J’espère que l’incident d’aujourd’hui, révélateur d’autres malaises, sera pris en compte pour que l’on ait pas à offrir ce spectacle laid et embarrassant pour le pays, pour les responsables d’Etat et pour la police », a confié un policier, ami de Jimmy Boyard, qui compte lui aussi onze ans de service au sein de la PNH. Revenu d’Europe, le président Jovenel Moïse a été accueilli à l’aéroport international Toussaint Louverture par le Premier ministre Jack Guy Lafontant, d’autres membres du CSPN et l’Etat major de la police nationale d’Haïti, le samedi 16 décembre 2017. Ni le chef de l’Etat, ni les potentats du gouvernement et gradés n’ont emprunté la route de Frères au moment de cet incident. Autrement, ils seraient témoins d’un immense coup de colère provoqué par un cercueil bas de gamme pour le policier Jimmy Boyard, mort, selon le commandement de la police, en marge d’une opération qualifiée de fiasco et dont les funérailles ont été, à certains égards, un fiasco, une épreuve pour ses parents.

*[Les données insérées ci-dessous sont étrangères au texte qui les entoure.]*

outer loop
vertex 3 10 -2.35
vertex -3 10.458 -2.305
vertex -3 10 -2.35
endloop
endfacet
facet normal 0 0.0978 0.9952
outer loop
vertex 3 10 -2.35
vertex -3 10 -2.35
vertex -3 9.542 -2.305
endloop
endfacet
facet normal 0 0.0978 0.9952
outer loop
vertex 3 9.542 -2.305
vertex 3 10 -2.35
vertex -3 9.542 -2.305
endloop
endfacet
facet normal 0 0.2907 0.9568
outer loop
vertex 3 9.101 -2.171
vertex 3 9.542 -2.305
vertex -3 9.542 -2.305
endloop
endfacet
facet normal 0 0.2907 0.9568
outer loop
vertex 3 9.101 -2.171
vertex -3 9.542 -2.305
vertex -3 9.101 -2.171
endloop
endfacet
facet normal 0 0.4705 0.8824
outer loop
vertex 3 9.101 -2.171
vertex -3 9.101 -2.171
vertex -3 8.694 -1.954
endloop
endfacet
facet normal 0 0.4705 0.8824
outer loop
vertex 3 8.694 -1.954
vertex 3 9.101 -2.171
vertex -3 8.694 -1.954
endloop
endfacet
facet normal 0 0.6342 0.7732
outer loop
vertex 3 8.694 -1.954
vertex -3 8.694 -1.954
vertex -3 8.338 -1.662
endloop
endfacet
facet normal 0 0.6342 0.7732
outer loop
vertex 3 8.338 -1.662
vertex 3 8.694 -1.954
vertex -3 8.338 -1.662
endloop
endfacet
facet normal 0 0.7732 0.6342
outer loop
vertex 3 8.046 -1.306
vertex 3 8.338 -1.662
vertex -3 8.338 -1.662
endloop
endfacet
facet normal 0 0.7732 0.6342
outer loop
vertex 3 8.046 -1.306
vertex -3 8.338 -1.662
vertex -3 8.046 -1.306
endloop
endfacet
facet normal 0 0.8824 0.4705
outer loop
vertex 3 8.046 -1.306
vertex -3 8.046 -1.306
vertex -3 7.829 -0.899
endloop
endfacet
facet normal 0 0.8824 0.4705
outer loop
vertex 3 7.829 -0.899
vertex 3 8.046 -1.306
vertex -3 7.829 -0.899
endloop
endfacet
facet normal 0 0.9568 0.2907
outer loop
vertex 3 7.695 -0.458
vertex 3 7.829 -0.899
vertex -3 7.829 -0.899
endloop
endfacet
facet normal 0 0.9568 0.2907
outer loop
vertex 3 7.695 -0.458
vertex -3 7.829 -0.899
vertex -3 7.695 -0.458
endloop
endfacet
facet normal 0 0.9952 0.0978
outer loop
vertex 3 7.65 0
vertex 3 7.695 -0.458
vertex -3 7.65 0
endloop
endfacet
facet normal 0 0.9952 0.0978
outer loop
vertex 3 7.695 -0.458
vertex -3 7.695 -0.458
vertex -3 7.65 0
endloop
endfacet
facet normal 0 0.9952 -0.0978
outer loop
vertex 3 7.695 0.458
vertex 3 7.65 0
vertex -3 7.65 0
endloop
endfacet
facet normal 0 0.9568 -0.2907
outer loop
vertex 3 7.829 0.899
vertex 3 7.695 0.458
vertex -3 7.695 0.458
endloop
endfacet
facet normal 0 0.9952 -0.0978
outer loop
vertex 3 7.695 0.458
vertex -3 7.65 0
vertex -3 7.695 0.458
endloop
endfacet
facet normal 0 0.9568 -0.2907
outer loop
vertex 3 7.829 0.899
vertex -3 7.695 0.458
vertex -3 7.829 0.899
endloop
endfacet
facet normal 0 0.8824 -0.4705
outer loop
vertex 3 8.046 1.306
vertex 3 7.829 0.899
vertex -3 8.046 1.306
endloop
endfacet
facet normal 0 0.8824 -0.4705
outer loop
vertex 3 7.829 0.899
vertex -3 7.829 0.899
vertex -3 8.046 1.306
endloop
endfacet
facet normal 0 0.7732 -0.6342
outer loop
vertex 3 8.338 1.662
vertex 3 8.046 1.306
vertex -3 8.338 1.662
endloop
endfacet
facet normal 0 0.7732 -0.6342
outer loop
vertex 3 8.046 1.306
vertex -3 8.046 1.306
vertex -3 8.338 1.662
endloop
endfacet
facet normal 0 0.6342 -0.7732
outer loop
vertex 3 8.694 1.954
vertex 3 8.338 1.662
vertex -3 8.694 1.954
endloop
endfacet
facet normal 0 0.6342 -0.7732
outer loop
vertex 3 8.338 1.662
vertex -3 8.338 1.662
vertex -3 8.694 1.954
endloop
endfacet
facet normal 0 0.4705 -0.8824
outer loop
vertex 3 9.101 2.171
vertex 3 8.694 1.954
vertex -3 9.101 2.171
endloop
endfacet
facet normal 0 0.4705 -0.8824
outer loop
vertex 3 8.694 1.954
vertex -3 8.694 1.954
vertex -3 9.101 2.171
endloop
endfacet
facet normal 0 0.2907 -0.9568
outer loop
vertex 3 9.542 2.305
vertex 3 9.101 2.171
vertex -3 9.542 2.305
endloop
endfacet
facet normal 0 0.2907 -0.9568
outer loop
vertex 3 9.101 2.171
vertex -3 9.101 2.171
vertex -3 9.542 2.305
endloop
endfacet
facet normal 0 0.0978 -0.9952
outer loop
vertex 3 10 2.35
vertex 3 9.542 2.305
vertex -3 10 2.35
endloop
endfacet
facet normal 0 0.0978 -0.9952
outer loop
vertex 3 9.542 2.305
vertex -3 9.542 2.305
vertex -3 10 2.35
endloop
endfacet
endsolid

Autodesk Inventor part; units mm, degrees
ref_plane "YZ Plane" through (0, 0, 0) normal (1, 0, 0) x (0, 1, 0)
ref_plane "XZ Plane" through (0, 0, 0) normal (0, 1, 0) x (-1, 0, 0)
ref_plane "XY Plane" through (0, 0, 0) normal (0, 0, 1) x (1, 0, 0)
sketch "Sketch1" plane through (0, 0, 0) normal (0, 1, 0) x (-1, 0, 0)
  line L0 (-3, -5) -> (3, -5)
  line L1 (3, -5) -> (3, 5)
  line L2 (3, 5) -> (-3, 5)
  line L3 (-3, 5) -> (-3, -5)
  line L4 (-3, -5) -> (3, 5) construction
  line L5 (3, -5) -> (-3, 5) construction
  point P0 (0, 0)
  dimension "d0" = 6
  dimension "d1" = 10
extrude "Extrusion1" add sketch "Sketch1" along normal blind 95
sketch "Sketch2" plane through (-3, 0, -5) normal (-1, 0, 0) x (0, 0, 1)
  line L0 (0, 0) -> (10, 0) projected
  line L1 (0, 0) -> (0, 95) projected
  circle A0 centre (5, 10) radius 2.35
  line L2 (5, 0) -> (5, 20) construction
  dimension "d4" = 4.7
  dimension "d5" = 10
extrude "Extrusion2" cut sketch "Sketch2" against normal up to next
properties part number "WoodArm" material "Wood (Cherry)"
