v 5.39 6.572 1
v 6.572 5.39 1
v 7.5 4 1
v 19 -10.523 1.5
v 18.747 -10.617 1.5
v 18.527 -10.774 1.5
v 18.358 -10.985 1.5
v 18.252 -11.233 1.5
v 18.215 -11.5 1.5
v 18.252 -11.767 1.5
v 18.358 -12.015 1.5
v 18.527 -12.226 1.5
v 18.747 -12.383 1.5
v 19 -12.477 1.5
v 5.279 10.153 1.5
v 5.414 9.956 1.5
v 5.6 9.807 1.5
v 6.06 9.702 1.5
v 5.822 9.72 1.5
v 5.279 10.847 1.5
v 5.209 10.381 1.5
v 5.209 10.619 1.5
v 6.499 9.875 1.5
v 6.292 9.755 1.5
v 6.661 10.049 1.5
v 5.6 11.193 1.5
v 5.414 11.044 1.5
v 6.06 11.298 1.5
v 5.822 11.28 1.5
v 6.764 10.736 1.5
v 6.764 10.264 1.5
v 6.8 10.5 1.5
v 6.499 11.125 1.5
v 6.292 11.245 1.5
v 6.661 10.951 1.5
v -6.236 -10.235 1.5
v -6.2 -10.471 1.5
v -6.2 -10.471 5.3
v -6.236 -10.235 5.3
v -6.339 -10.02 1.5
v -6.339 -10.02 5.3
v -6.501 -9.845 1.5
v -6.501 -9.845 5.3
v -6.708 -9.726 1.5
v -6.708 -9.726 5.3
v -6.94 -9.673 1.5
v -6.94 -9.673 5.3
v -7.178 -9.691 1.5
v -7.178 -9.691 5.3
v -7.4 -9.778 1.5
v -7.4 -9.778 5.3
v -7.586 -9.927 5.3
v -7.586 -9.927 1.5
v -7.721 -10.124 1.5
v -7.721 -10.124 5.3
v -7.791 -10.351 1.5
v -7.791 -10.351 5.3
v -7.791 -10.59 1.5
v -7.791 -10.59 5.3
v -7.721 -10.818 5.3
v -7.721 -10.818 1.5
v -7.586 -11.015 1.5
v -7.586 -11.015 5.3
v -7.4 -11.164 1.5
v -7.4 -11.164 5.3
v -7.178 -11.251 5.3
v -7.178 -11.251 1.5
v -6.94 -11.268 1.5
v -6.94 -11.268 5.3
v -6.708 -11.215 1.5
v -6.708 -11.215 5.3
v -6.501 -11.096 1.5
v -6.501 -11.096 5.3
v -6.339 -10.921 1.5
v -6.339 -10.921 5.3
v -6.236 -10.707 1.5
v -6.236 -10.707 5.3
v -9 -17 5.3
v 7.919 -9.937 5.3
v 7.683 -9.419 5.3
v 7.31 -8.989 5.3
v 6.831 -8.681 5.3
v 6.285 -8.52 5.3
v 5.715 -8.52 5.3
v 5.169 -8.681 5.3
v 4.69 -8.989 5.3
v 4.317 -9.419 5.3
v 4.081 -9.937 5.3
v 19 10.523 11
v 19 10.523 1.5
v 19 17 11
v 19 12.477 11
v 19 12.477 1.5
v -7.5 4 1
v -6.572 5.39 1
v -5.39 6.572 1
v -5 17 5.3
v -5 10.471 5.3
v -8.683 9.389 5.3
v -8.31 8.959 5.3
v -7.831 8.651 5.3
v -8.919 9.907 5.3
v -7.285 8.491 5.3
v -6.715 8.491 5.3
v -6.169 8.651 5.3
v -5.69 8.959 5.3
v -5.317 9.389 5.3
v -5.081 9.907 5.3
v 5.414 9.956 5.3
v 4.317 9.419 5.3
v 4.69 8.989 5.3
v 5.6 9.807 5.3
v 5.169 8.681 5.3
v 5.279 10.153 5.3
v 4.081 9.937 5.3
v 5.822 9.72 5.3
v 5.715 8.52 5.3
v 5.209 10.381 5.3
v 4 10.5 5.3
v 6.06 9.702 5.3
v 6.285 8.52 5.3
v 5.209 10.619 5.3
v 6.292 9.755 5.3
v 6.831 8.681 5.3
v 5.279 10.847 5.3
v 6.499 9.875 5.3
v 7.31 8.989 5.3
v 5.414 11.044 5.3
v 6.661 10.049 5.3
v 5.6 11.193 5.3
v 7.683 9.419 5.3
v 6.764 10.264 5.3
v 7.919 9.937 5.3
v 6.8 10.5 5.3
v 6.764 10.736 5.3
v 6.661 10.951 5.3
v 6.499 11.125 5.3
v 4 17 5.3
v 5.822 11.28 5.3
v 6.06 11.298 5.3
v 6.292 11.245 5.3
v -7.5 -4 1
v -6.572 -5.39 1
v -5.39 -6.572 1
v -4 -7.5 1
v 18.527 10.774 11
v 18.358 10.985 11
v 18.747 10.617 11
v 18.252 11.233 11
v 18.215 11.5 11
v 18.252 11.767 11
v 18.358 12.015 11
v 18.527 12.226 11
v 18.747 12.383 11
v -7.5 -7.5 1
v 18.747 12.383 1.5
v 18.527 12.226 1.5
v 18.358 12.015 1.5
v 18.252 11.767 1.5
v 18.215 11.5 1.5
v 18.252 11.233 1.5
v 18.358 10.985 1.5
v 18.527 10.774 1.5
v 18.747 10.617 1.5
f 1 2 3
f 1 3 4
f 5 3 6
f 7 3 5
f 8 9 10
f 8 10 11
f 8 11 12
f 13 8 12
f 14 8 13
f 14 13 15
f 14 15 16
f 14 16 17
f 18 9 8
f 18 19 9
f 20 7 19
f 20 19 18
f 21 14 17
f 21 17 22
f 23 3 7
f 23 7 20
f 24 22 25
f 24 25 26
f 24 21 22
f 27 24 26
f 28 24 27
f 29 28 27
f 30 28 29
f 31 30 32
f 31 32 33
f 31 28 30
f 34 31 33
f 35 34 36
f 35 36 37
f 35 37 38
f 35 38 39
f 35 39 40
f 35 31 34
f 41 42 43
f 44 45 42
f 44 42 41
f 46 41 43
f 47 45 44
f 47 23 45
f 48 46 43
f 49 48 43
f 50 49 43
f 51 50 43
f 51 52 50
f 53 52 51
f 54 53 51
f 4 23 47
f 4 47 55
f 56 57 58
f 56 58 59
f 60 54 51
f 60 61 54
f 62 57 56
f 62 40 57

Les funérailles de l’autre policier ont été chantées à Carrefour. Plusieurs personnes ont été tuées à Grand-Ravine le 13 novembre. La police indique rechercher un policier de l’UDMO pour avoir abattu des gens non armés au collège Maranatha. L’enquête de l’inspection générale a recommandé une assistance psychologique pour les policiers impliqués dans cette opération.